Earlier I thought you were implying x+.×y is allowed too, because it's a tradfn body. I guess the actual meta is you don't have to count the tradfn header if it's only a name f, but you do have to count it if it's like x f y.
It sounds like in a sense, Python doesn't have implicit output by default (but the REPL is an exception), whereas Dyalog does have implicit output by default (but shell scripts are an exception)
It makes sense to write up a meta consensus for APL that doesn't invalidate hundreds of APL answers of course.
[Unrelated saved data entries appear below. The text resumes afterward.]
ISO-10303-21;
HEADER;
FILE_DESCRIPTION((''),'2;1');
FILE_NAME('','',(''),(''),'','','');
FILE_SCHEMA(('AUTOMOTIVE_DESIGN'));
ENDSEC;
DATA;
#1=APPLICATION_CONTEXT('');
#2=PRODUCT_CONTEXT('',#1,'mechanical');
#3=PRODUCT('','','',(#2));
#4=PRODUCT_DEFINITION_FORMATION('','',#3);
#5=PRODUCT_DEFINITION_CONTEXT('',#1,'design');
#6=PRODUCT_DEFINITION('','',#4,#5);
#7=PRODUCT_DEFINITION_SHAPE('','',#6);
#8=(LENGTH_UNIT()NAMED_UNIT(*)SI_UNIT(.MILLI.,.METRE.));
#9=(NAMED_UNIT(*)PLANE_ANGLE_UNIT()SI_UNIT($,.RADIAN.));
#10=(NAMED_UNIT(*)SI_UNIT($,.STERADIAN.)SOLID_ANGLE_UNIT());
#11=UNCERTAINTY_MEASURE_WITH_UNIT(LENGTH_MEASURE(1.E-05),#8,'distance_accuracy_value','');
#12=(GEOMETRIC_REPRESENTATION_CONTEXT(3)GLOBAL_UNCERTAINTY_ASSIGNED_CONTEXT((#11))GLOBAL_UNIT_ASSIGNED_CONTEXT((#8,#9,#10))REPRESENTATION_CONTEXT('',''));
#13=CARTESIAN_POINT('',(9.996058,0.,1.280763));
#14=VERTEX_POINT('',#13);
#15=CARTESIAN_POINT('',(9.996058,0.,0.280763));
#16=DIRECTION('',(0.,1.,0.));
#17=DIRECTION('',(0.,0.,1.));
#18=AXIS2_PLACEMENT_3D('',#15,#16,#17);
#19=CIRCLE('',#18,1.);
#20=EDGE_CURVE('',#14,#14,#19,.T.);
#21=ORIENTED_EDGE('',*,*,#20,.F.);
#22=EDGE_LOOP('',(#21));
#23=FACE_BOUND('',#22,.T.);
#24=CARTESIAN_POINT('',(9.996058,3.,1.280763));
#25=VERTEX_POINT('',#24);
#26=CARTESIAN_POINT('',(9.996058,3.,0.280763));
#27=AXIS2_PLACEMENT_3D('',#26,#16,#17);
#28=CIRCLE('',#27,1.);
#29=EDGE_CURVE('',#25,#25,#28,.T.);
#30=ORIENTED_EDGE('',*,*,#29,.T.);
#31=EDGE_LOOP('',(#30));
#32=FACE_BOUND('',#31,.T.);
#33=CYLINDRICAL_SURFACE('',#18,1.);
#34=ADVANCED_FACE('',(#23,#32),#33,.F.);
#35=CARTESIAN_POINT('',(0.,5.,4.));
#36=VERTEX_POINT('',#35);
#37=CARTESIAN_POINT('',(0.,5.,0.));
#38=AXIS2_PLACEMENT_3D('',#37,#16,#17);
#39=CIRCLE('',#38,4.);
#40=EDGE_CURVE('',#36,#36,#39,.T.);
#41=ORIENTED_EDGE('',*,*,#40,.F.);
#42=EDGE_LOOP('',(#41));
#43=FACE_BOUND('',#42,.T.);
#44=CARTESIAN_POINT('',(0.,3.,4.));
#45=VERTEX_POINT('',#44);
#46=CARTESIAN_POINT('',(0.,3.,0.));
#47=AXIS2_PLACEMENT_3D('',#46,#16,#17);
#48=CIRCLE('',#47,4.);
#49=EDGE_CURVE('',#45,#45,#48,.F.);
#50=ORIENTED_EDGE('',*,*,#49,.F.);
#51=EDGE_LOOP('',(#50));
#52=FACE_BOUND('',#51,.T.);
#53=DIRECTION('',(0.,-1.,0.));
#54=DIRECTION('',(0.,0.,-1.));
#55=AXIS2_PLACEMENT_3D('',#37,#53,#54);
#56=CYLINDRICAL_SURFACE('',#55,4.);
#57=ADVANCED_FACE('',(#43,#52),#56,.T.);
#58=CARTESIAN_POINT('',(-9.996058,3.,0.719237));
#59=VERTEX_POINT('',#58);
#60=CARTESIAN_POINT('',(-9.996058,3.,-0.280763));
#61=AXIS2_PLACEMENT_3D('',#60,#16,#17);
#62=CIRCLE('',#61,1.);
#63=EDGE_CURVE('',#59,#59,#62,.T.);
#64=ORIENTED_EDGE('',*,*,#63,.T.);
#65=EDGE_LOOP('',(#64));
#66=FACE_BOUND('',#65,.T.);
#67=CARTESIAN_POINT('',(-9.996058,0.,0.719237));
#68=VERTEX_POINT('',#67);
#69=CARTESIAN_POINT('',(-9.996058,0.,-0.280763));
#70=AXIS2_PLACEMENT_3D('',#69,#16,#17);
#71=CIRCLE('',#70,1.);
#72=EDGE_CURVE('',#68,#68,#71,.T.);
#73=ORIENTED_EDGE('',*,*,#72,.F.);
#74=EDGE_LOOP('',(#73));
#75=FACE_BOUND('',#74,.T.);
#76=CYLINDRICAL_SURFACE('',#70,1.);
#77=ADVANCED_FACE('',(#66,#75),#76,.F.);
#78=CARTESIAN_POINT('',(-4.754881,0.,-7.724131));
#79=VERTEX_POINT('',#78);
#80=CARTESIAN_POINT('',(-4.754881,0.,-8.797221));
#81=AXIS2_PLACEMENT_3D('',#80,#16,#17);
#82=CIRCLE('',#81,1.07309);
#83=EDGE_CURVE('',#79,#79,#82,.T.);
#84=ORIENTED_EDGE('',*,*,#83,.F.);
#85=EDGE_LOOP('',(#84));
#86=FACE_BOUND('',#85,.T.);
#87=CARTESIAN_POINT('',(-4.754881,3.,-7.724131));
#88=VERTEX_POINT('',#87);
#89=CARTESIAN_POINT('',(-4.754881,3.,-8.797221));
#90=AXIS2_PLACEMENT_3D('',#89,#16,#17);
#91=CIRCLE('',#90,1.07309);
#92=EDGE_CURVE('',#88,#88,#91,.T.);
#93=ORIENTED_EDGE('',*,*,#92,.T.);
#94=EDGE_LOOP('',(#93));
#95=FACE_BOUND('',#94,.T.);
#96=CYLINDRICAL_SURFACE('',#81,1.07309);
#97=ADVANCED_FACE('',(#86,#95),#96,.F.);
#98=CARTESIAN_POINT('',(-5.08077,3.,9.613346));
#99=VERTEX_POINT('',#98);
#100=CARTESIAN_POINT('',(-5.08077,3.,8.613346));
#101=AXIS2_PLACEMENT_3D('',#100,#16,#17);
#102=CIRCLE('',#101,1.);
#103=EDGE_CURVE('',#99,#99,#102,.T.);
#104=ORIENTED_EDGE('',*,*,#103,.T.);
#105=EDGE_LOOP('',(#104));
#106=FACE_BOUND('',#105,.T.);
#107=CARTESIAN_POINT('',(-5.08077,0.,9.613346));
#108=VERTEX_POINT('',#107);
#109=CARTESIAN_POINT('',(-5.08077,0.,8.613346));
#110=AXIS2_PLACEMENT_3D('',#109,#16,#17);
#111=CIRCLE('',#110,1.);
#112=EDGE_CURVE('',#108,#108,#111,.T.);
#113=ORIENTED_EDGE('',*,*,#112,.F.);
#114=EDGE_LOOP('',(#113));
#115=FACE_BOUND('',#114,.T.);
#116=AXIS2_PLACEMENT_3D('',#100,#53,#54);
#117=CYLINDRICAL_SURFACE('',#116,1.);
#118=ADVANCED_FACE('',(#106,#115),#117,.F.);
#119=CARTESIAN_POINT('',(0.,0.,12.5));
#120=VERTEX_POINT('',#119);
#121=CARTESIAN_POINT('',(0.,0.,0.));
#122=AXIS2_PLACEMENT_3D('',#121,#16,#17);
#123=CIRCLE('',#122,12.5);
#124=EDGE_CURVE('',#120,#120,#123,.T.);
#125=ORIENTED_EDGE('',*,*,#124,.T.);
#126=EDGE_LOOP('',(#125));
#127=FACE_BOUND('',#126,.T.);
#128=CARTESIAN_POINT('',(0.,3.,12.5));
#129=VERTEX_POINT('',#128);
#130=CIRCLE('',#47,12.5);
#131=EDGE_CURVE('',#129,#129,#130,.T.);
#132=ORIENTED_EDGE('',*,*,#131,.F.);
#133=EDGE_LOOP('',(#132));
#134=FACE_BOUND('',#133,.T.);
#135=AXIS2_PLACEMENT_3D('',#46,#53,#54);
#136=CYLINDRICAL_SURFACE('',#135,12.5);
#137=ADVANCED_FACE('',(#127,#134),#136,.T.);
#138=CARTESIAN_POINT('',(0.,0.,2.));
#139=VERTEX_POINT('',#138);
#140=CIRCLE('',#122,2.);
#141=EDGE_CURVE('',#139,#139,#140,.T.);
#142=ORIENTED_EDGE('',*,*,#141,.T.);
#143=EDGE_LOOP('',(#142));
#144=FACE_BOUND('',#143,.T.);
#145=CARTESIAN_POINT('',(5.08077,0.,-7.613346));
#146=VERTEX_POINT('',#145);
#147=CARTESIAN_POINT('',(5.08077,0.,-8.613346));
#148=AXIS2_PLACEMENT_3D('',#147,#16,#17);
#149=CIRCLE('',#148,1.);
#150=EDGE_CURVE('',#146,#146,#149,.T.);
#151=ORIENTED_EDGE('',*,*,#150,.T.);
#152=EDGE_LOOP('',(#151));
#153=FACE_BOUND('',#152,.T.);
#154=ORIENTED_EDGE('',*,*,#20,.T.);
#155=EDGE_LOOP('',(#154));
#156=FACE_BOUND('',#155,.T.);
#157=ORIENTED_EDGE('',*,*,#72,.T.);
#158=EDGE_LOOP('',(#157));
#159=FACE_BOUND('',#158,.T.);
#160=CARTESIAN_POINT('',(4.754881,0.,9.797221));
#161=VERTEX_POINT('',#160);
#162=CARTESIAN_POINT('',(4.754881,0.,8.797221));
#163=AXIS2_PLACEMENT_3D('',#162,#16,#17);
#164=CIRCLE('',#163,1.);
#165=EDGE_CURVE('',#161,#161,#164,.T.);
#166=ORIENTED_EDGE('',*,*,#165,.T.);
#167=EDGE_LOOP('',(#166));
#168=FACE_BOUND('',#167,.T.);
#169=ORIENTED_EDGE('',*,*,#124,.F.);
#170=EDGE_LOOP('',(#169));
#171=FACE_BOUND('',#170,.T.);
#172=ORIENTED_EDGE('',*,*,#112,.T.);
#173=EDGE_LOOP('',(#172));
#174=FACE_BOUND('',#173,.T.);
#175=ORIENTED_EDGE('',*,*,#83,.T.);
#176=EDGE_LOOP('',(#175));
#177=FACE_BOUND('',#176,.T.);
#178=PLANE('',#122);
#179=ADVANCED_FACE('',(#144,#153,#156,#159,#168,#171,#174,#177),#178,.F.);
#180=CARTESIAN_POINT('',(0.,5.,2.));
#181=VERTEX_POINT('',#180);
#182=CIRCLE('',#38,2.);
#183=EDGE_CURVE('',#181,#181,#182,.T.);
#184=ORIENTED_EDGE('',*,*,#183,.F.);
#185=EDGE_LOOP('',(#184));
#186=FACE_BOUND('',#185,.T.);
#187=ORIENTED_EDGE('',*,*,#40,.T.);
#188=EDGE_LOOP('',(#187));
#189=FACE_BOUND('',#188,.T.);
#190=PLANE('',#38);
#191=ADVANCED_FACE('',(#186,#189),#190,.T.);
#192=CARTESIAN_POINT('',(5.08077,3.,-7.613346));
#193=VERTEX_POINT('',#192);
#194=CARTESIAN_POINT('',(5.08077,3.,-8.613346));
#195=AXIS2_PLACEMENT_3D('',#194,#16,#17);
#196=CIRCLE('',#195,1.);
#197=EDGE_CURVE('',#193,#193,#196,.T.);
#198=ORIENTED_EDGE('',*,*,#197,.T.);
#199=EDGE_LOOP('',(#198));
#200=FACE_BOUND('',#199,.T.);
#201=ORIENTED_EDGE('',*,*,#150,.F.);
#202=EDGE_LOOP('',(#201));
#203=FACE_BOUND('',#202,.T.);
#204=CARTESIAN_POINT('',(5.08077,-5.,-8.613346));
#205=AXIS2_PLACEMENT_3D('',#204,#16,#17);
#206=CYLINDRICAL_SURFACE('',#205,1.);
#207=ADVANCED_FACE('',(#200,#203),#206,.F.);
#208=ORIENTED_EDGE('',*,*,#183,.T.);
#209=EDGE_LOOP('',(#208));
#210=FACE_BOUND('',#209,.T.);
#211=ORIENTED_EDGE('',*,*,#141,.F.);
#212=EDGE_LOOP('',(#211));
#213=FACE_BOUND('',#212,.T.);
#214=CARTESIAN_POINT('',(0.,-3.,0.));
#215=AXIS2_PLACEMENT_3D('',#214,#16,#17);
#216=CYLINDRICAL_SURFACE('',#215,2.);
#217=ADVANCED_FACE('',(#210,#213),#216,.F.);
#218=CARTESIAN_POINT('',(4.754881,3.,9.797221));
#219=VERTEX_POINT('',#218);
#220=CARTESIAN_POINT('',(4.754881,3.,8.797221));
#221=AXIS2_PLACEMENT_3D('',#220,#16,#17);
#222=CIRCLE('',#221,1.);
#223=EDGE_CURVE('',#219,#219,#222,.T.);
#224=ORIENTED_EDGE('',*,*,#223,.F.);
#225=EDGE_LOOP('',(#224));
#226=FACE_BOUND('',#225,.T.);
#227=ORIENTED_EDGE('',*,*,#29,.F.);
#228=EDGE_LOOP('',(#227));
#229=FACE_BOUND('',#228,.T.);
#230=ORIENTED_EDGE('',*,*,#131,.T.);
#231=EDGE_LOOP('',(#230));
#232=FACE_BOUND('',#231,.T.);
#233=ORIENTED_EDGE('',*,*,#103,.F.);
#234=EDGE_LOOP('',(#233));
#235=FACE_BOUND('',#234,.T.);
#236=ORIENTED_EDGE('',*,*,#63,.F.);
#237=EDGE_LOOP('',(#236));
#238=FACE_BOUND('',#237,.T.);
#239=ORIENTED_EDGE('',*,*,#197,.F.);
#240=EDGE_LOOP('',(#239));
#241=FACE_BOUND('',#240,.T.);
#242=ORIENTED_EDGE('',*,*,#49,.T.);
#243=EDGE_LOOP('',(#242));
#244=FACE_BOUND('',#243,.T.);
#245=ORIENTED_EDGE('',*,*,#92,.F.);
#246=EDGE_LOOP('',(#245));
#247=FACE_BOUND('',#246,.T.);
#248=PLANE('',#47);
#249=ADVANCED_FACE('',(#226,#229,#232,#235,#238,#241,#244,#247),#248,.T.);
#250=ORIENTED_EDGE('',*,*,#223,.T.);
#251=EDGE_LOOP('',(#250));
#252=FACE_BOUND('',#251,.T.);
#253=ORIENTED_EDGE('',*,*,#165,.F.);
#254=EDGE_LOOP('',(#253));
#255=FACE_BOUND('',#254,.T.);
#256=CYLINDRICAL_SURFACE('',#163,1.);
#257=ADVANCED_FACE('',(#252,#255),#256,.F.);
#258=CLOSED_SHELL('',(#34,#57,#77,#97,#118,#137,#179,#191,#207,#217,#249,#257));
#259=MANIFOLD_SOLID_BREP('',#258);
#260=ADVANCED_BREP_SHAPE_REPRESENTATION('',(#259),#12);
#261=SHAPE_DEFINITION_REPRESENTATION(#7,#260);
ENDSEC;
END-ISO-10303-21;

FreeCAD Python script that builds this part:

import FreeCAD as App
import Part
import Sketcher

V = App.Vector
Q = App.Units.Quantity

doc = App.newDocument("Part")
body = doc.addObject("PartDesign::Body", "Body")

sketch1 = doc.addObject("Sketcher::SketchObject", "Sketch")
body.addObject(sketch1)
sketch1.AttachmentSupport = (doc.XZ_Plane, [""])
sketch1.MapMode = "FlatFace"
sketch1.addGeometry(Part.Circle(V(0, 0, 0), V(0, 0, 1), 12), False)
sketch1.addConstraint(Sketcher.Constraint("Coincident", 0, 3, -1, 1))
sketch1.addConstraint(Sketcher.Constraint("Diameter", 0, Q("25 mm")))
pad1 = doc.addObject("PartDesign::Pad", "Pad")
body.addObject(pad1)
pad1.Profile = sketch1
pad1.Length = 3
pad1.Reversed = True

sketch2 = doc.addObject("Sketcher::SketchObject", "Sketch001")
body.addObject(sketch2)
sketch2.AttachmentSupport = (doc.XZ_Plane, [""])
sketch2.MapMode = "FlatFace"
sketch2.addGeometry(Part.Circle(V(0, 0, 0), V(0, 0, 1), 4), False)
sketch2.addConstraint(Sketcher.Constraint("Coincident", 0, 3, -1, 1))
sketch2.addConstraint(Sketcher.Constraint("Diameter", 0, Q("8 mm")))
pad2 = doc.addObject("PartDesign::Pad", "Pad001")
body.addObject(pad2)
pad2.Profile = sketch2
pad2.Length = 5
pad2.Reversed = True

sketch3 = doc.addObject("Sketcher::SketchObject", "Sketch002")
body.addObject(sketch3)
sketch3.AttachmentSupport = (doc.XZ_Plane, [""])
sketch3.MapMode = "FlatFace"
sketch3.AttachmentOffset = App.Placement(V(0, 0, -5), App.Rotation())
sketch3.addGeometry(Part.Circle(V(0, 0, 0), V(0, 0, 1), 2), False)
sketch3.addConstraint(Sketcher.Constraint("Coincident", 0, 3, -1, 1))
sketch3.addConstraint(Sketcher.Constraint("Diameter", 0, Q("4 mm")))
pocket1 = doc.addObject("PartDesign::Pocket", "Pocket")
body.addObject(pocket1)
pocket1.Profile = sketch3
pocket1.Length = 8
pocket1.Reversed = True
But I was surprised when I ran Ruben's code on ATO and it read two lines of input but didn't output anything.
I tried to make a fair comparison, but of course Python is not APL :) Anyway, in Python, the first four are allowed, the next two are snippets (invalid), and the last is a full program that doesn't output anything except in a REPL, so we don't normally allow this either, except I guess you could submit it as "Python REPL, 15 bytes"?
I don't know if APL has special conventions on the site, but we don't allow function bodies return x+1 or REPL programs for x in range(9):x*x in Python, right?
I think this ⍸ behavior might originally be a K thing, where it's called &. J's I. does it too. Jelly used to have it, and it was called O, but it got replaced by T which doesn't do the duplicating, and O is ord now
I think it needs either ⎕← to be a full program or {} to be a function. It looks kinda like they had it in {} and copied only the } and then also didn't count it to their byte total.
annoyingly, on ATO I don't have to tuck the [] and I can save 2 bytes, maybe because I'm putting the input only on STDIN there, whereas weekgolf also supplies it as a command line argument or something?